When we can finally appreciate, especially the tough times, and learn to make the best of whatever life hands us, to see opportunities, rather than obstacles, our lives will cease to be a waiting game. Too many people are constantly postponing happiness—when I get a better job I'll be happy, when my partner changes I'll be happy, when I have a newer house, car, clothes I'll be happy. We can waste our whole lives waiting for the right conditions to make us happy, constantly looking for the next thing that we think will bring us happiness. Or we can learn to dance in the rain.

How can we learn to dance in the rain? First of all, we have to give up the notion that rain is bad. If all we ever had was sunshine, the world with wither and die. Rain is amazing; is essential for life and growth. The tough times in our lives are when we have the most opportunity for growth.

The challenge is to accept what is, not with resignation that things will never improve; but with recognition that we simply are where we are and this is the start of something better. We can start to look for solutions, rather than whining about problems; we can start here and move forward.

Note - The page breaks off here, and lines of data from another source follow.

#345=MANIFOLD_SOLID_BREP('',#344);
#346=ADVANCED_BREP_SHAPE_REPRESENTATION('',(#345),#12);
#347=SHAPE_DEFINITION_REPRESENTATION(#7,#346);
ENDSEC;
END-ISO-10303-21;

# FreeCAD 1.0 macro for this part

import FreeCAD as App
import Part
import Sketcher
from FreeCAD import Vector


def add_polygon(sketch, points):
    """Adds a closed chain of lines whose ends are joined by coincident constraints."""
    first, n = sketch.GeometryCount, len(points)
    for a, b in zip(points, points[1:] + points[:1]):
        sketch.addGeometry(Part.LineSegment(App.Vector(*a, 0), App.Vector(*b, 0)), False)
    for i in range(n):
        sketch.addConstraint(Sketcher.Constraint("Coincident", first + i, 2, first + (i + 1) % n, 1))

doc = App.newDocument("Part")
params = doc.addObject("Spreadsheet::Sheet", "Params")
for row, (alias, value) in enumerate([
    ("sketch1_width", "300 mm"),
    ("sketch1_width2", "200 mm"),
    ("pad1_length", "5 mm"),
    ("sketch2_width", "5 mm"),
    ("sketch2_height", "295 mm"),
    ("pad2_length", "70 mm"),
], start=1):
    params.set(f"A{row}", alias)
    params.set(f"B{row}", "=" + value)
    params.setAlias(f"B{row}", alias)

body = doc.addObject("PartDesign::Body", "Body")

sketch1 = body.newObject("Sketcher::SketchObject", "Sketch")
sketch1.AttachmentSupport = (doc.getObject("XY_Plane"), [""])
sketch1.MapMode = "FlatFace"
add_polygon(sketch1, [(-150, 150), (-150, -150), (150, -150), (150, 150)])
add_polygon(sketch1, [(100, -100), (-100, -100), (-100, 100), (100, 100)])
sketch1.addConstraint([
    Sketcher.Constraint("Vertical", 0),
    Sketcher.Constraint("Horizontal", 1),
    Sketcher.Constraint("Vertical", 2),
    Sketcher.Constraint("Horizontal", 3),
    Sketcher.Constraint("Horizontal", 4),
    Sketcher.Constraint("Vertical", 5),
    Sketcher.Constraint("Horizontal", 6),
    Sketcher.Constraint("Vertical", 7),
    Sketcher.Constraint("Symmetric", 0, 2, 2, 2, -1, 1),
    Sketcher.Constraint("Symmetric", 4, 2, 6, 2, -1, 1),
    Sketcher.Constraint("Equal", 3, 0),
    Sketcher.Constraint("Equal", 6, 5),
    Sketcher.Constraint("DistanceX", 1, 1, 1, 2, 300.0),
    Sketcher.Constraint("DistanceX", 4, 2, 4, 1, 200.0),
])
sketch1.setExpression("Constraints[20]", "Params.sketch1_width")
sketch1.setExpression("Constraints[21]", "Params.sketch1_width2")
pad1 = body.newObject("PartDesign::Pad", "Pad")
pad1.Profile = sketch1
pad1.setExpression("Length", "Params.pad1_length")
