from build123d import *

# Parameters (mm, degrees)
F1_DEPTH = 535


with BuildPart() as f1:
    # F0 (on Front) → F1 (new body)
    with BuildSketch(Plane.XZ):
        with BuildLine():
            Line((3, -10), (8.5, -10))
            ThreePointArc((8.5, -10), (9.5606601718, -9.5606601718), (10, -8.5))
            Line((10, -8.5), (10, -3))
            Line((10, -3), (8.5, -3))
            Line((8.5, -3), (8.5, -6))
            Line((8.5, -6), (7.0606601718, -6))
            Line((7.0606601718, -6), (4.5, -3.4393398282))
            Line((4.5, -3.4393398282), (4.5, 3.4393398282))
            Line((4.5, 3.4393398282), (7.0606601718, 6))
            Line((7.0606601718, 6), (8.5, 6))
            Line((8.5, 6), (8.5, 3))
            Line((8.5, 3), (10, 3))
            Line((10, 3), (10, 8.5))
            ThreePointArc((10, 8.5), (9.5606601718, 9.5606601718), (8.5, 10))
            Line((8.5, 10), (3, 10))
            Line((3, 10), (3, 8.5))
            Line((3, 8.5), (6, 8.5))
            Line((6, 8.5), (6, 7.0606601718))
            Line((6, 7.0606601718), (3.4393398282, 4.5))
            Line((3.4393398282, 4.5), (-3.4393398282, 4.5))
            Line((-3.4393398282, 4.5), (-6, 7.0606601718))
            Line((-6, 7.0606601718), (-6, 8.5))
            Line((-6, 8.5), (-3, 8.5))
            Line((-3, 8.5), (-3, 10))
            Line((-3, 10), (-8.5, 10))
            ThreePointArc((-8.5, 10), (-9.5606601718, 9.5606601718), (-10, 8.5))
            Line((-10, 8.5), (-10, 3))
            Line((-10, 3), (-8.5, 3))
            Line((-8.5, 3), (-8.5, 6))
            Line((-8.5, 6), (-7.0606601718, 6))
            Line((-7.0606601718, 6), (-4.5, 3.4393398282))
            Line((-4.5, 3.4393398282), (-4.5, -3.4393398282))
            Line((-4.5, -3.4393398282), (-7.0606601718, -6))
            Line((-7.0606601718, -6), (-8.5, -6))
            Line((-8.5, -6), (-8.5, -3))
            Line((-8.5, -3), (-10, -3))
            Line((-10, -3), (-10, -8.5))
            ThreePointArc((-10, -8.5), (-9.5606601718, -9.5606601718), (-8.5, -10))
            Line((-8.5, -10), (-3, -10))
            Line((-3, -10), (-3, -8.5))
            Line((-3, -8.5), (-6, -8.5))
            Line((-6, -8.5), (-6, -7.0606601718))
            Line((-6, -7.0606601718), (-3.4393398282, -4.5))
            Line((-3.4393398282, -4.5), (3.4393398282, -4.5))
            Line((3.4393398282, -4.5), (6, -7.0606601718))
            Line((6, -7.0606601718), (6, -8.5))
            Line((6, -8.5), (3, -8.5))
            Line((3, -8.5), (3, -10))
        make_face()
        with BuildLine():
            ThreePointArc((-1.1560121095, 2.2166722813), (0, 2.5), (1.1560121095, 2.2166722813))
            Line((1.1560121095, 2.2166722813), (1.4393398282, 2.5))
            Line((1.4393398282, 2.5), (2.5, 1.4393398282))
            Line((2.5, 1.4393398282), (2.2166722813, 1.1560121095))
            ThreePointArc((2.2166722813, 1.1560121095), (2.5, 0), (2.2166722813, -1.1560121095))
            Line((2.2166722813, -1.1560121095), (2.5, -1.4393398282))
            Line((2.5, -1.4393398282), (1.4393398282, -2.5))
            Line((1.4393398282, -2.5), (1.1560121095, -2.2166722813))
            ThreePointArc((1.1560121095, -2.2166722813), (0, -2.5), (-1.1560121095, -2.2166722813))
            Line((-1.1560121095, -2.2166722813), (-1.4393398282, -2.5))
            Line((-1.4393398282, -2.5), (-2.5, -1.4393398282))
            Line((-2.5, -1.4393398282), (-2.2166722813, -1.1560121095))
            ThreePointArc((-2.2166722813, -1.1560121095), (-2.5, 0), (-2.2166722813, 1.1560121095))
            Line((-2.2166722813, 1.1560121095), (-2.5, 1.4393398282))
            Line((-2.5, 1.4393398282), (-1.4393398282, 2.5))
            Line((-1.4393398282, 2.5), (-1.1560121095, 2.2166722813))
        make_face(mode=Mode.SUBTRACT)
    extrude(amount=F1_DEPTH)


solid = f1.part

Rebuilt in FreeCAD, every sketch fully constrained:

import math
import FreeCAD as App
import Part
import Sketcher
from FreeCAD import Vector

doc = App.newDocument("Part")
body = doc.addObject("PartDesign::Body", "Body")

# Sketch on XZ plane
sketch1 = body.newObject("Sketcher::SketchObject", "Sketch")
sketch1.AttachmentSupport = (doc.getObject("XZ_Plane"), [""])
sketch1.MapMode = "FlatFace"
sketch1.addGeometry([
    Part.LineSegment(Vector(3, -10, 0), Vector(8.5, -10, 0)),  # 0
    Part.ArcOfCircle(Part.Circle(Vector(8.5, -8.5, 0), Vector(0, 0, 1), 1.5), math.radians(-90), math.radians(0)),  # 1
    Part.LineSegment(Vector(10, -8.5, 0), Vector(10, -3, 0)),  # 2
    Part.LineSegment(Vector(10, -3, 0), Vector(8.5, -3, 0)),  # 3
    Part.LineSegment(Vector(8.5, -3, 0), Vector(8.5, -6, 0)),  # 4
    Part.LineSegment(Vector(8.5, -6, 0), Vector(7.06, -6, 0)),  # 5
    Part.LineSegment(Vector(7.06, -6, 0), Vector(4.5, -3.44, 0)),  # 6
    Part.LineSegment(Vector(4.5, -3.44, 0), Vector(4.5, 3.44, 0)),  # 7
    Part.LineSegment(Vector(4.5, 3.44, 0), Vector(7.06, 6, 0)),  # 8
    Part.LineSegment(Vector(7.06, 6, 0), Vector(8.5, 6, 0)),  # 9
    Part.LineSegment(Vector(8.5, 6, 0), Vector(8.5, 3, 0)),  # 10
    Part.LineSegment(Vector(8.5, 3, 0), Vector(10, 3, 0)),  # 11
    Part.LineSegment(Vector(10, 3, 0), Vector(10, 8.5, 0)),  # 12
    Part.ArcOfCircle(Part.Circle(Vector(8.5, 8.5, 0), Vector(0, 0, 1), 1.5), math.radians(0), math.radians(90)),  # 13
    Part.LineSegment(Vector(8.5, 10, 0), Vector(3, 10, 0)),  # 14
    Part.LineSegment(Vector(3, 10, 0), Vector(3, 8.5, 0)),  # 15
    Part.LineSegment(Vector(3, 8.5, 0), Vector(6, 8.5, 0)),  # 16
    Part.LineSegment(Vector(6, 8.5, 0), Vector(6, 7.06, 0)),  # 17
    Part.LineSegment(Vector(6, 7.06, 0), Vector(3.44, 4.5, 0)),  # 18
    Part.LineSegment(Vector(3.44, 4.5, 0), Vector(-3.44, 4.5, 0)),  # 19
    Part.LineSegment(Vector(-3.44, 4.5, 0), Vector(-6, 7.06, 0)),  # 20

Life is bit like a roller coaster, in childhood we seem to inch along impatient for our life to start, then we are launched into the ups and downs, twists and turns, and all too soon it is over. As much as we might like to stop the train at the peaks so we could hang on to those moments when everything seems just right, we cannot and the sooner we recognize that it is the ride down that helps us make the next peak, the more we can embrace the challenges and enjoy, rather than dread, the ride. 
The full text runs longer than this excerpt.